Suara-Suara itu Masih Terdengar...
Trauma membekap para korban Tragedi Kanjuruhan. Meski secara fisik mereka tampak baik-baik saja, namun psikis mereka terganggu. Butuh waktu untuk memulihkan semua kesakitan itu.
Trauma membekap para korban Tragedi Kanjuruhan. Meski secara fisik mereka tampak baik-baik saja, namun psikis mereka terganggu. Butuh waktu untuk memulihkan semua kesakitan itu.

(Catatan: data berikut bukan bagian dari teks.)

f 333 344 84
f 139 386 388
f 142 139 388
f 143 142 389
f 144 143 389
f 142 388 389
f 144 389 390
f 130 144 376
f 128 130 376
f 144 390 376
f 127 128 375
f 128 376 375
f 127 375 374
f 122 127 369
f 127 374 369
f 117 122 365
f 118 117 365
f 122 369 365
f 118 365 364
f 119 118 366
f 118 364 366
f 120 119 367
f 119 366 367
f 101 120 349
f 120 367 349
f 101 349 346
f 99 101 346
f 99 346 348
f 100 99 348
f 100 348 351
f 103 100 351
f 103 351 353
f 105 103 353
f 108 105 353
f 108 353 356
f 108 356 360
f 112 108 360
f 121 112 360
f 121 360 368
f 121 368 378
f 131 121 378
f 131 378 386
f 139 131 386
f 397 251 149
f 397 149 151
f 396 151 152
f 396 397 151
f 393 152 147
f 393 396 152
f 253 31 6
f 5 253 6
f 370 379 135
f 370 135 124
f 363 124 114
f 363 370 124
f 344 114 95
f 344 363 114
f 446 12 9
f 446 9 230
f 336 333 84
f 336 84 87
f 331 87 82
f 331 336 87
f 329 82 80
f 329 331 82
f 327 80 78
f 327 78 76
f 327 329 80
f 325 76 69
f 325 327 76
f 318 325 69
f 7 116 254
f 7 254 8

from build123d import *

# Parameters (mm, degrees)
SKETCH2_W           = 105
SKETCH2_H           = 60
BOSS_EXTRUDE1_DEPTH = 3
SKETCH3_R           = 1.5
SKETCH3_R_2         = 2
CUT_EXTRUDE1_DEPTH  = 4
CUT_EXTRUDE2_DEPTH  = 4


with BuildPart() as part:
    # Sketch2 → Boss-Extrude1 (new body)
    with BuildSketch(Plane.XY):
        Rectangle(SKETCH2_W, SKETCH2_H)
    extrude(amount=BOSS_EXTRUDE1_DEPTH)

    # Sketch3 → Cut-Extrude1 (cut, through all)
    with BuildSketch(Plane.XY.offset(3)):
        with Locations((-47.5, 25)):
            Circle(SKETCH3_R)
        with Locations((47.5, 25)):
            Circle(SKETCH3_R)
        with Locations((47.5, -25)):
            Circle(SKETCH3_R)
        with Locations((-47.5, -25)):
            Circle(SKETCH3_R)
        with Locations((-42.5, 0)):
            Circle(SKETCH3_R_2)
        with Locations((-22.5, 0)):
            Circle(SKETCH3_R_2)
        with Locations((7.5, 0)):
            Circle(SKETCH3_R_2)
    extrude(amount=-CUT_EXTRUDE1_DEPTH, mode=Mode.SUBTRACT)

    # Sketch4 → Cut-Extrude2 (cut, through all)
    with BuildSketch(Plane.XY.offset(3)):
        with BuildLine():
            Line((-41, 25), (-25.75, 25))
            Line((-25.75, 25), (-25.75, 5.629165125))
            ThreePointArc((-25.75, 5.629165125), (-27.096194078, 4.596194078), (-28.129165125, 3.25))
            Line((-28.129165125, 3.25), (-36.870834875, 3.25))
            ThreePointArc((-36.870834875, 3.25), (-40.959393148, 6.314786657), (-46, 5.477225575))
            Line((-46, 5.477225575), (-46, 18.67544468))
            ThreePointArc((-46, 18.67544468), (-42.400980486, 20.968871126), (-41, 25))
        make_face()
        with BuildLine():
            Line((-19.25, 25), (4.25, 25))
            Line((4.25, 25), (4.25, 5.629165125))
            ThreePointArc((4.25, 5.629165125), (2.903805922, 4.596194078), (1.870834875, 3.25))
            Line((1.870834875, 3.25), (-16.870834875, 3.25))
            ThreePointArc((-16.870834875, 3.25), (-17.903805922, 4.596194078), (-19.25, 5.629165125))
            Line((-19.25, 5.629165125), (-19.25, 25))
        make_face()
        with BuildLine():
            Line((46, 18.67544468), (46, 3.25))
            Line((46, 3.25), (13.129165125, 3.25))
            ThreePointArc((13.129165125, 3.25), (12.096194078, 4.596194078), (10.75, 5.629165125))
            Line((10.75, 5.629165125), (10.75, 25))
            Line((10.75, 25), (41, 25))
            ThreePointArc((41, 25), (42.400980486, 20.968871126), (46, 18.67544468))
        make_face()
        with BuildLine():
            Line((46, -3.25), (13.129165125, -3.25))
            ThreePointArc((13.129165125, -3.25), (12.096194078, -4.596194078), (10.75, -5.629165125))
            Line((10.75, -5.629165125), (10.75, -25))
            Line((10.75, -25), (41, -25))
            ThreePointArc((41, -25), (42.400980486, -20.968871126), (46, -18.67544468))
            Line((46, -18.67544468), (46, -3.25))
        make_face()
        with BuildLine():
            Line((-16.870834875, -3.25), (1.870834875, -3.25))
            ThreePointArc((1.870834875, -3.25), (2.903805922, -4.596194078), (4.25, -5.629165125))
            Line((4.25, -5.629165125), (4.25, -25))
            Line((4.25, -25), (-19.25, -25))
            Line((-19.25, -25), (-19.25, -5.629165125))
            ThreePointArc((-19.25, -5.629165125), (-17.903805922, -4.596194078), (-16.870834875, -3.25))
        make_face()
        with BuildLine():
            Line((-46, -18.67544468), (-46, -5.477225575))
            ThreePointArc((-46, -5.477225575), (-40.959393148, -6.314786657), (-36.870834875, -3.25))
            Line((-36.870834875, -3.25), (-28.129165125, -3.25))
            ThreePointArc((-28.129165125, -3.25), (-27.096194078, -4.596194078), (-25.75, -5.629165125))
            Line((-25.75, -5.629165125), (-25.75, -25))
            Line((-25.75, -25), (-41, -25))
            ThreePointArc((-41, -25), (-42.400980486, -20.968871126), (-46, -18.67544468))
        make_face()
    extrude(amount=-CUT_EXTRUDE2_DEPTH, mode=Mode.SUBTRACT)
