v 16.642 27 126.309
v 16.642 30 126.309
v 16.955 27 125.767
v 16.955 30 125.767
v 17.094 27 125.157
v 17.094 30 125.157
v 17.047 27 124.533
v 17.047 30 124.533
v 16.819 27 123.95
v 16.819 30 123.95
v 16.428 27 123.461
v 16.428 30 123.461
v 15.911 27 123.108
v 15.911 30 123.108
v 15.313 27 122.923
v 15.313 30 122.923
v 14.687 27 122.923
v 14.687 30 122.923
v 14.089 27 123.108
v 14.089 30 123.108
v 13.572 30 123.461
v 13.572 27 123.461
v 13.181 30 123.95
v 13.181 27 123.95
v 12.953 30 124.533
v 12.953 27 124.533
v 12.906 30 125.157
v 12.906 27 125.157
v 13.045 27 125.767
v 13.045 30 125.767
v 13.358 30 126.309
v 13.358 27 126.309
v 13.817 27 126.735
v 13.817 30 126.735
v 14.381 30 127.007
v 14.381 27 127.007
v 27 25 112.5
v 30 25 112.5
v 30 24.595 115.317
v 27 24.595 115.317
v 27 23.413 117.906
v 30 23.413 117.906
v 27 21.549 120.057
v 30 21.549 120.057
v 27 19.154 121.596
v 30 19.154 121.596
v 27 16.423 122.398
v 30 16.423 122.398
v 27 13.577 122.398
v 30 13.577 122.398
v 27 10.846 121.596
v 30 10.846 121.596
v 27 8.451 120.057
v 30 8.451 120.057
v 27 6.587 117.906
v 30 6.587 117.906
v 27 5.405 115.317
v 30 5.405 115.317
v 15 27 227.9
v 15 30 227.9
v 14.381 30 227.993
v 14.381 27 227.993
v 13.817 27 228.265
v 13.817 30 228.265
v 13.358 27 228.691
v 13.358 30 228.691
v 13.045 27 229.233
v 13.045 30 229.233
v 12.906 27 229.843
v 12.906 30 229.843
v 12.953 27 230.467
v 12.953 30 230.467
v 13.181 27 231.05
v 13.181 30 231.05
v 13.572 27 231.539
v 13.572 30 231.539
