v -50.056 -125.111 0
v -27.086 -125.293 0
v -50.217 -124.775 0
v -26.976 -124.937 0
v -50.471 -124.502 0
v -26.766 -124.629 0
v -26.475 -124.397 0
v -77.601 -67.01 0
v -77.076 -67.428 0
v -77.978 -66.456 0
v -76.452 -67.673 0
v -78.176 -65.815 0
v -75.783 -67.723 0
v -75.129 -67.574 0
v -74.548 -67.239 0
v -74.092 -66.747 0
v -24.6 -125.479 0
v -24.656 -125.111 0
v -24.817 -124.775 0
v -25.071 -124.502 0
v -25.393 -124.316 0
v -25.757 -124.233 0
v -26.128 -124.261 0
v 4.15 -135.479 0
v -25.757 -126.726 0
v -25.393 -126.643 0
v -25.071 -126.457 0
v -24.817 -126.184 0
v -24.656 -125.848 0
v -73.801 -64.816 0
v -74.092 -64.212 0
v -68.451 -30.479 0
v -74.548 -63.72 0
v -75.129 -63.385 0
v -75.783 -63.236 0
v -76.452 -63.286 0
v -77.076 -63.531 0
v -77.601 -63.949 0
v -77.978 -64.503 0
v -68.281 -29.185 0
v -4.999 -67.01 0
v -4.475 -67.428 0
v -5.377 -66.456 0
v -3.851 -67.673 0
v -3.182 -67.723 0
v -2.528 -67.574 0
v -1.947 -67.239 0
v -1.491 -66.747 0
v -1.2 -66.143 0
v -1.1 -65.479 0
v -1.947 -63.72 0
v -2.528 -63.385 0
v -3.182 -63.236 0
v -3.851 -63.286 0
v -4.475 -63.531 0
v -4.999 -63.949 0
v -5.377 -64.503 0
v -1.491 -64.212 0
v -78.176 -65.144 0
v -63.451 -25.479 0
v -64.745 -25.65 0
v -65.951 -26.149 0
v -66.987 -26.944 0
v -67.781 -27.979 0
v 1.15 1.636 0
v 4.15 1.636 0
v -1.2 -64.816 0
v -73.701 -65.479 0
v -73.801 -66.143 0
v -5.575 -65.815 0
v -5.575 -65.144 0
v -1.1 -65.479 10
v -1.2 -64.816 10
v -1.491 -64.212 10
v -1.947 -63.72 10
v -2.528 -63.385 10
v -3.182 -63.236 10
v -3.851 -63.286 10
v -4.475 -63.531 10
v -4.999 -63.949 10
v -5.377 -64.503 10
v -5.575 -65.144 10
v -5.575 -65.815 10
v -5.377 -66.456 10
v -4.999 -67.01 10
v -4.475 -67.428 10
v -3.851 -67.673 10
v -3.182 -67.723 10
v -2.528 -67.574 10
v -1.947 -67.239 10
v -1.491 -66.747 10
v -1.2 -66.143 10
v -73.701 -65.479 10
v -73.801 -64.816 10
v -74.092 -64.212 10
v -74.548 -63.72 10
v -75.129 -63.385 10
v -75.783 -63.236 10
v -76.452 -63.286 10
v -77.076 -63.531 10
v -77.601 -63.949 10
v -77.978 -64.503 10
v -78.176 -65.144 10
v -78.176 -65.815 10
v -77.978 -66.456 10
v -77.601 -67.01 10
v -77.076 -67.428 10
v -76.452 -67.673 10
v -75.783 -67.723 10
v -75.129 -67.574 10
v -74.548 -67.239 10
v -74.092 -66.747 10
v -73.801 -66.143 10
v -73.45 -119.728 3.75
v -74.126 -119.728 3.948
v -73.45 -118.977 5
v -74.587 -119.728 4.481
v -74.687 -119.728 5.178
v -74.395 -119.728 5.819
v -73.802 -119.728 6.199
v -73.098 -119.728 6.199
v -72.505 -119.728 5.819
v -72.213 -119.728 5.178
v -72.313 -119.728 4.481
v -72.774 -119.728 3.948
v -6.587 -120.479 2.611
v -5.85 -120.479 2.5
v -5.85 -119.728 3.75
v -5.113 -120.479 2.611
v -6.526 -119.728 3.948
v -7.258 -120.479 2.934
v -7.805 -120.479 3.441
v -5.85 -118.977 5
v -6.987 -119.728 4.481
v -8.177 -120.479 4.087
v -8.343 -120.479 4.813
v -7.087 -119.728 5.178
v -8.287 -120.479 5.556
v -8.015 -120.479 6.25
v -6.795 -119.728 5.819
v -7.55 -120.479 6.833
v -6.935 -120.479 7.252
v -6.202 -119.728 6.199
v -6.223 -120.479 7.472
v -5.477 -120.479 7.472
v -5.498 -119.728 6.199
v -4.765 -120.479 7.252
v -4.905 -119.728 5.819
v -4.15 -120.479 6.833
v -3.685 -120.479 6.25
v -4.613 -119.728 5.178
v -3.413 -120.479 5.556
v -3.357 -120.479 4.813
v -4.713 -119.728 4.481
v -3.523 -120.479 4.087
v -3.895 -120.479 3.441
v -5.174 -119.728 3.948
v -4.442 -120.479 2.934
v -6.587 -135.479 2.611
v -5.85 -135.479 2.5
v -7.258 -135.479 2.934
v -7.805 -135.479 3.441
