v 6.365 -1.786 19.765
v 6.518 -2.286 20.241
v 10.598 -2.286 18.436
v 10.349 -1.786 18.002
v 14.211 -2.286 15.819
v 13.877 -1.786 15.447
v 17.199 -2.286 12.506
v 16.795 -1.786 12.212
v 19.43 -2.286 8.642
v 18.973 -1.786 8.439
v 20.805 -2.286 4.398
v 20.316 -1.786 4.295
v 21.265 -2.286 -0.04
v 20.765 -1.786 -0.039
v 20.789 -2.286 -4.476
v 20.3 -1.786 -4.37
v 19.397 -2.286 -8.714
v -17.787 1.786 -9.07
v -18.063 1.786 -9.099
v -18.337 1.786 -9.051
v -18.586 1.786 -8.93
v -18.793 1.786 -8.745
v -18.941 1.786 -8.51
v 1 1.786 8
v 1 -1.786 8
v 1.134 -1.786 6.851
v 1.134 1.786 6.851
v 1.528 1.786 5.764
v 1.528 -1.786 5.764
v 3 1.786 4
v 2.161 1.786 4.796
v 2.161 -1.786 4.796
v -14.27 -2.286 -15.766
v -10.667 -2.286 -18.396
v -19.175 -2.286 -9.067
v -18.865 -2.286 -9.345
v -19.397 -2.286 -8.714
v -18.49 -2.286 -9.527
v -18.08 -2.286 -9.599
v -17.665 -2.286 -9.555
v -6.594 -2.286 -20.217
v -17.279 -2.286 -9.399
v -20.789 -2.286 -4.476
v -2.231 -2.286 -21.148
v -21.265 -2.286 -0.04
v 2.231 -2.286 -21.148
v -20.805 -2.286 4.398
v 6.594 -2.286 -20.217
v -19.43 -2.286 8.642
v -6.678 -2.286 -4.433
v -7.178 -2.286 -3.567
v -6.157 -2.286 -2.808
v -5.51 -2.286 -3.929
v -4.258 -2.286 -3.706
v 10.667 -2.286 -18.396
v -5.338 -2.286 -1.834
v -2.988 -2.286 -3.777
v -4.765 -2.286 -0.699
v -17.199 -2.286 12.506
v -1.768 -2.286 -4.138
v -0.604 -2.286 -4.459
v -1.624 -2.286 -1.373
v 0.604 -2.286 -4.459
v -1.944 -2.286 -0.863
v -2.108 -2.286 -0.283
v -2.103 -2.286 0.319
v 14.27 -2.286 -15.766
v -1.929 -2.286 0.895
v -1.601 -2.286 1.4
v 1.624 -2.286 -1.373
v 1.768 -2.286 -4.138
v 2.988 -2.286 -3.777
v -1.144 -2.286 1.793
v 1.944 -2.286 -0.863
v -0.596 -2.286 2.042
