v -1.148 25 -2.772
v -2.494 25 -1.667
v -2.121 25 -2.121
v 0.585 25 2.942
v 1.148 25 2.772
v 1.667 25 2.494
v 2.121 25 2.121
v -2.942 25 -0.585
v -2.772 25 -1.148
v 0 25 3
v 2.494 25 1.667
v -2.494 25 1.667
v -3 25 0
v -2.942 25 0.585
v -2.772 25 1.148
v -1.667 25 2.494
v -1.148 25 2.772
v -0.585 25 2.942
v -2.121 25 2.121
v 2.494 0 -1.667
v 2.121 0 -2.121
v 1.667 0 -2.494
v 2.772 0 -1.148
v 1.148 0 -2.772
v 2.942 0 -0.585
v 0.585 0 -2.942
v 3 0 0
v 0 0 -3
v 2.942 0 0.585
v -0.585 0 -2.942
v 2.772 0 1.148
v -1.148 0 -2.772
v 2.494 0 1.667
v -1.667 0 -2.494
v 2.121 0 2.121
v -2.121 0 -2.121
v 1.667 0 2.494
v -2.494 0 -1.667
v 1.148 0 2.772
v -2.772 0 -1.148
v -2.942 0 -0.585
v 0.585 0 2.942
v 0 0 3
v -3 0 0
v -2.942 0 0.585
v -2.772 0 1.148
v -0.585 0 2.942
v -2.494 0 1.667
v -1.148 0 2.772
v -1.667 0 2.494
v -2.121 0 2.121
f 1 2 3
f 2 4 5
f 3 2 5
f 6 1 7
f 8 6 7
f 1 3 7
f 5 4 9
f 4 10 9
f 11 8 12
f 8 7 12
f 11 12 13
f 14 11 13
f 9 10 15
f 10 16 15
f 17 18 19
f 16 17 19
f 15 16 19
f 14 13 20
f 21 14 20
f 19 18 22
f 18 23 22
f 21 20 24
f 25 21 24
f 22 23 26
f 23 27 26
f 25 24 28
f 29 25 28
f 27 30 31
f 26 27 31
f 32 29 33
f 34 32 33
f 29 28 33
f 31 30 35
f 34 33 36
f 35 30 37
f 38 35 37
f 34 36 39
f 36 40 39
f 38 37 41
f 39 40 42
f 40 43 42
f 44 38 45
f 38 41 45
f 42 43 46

"Sampai sekarang saya seperti mendengar suara-suara. Suara orang minta tolong, mengaduh, teriak...," kata Irma (23), warga Kota Malang, pada Rabu (5/10/2022), kepada tim psikolog trauma healing Pemkot Malang di Posko Bencana Sosial Kanjuruhan di Balai Kota Malang.
Irma saat itu datang bersama calon suaminya, Chandra (23). Mereka berdua pada saat kejadian juga tengah menonton laga Arema FC melawan Persebaya Surabaya. Meski keduanya selamat, namun mereka menyaksikan begitu banyak kepedihan. Kejadianitu rupanya terus mengurung ingatan Irma. Perempuan berkerudung itu datang ke posko, untuk mendapatkan pemeriksaan psikologis.
Baca juga: Tragedi Kanjuruhan
Saat datang, tatapan mata Irma lebih sering kosong. Beberapa kali, ia menengok ke arah Candra untuk memastikan keadaan baik-baik saja. Chandra saat itu tengah mengisi berkas pendaftaran untuk calon istrinya itu.
“Ditulis saja keluhan mbaknya seperti apa mas. Dibantu menulis,” kata petugas pada Chandra.
Siang itu, Irma diterima petugas dari Dinkes Kota Malang dan tim psikolog. Ia menjalani pemeriksaan awal seperti pengecekan tekanan darah, denyut nadi, dan pengecekan pernafasan.
"Sepulang dari stadion, ia tidak bisa tidur nyenyak. Katanya seperti terus mendengar suara-suara riuh di stadion saat itu. Seperti suara tembakan gas air mata, suara teriakan, jeritan, dan seterusnya," kata Chandra bercerita.
Chandra dan Irma datang dalam satu rombongan dengan jumlah total 10 orang. Mereka sebenarnya sudah bisa pulang pukul 22.00 WIB saat laga rampung. Hanya saja, mereka akhirnya terjebak dalam ‘kericuhan’ dan baru bisa keluar stadion pukul 03.00 WIB esok harinya.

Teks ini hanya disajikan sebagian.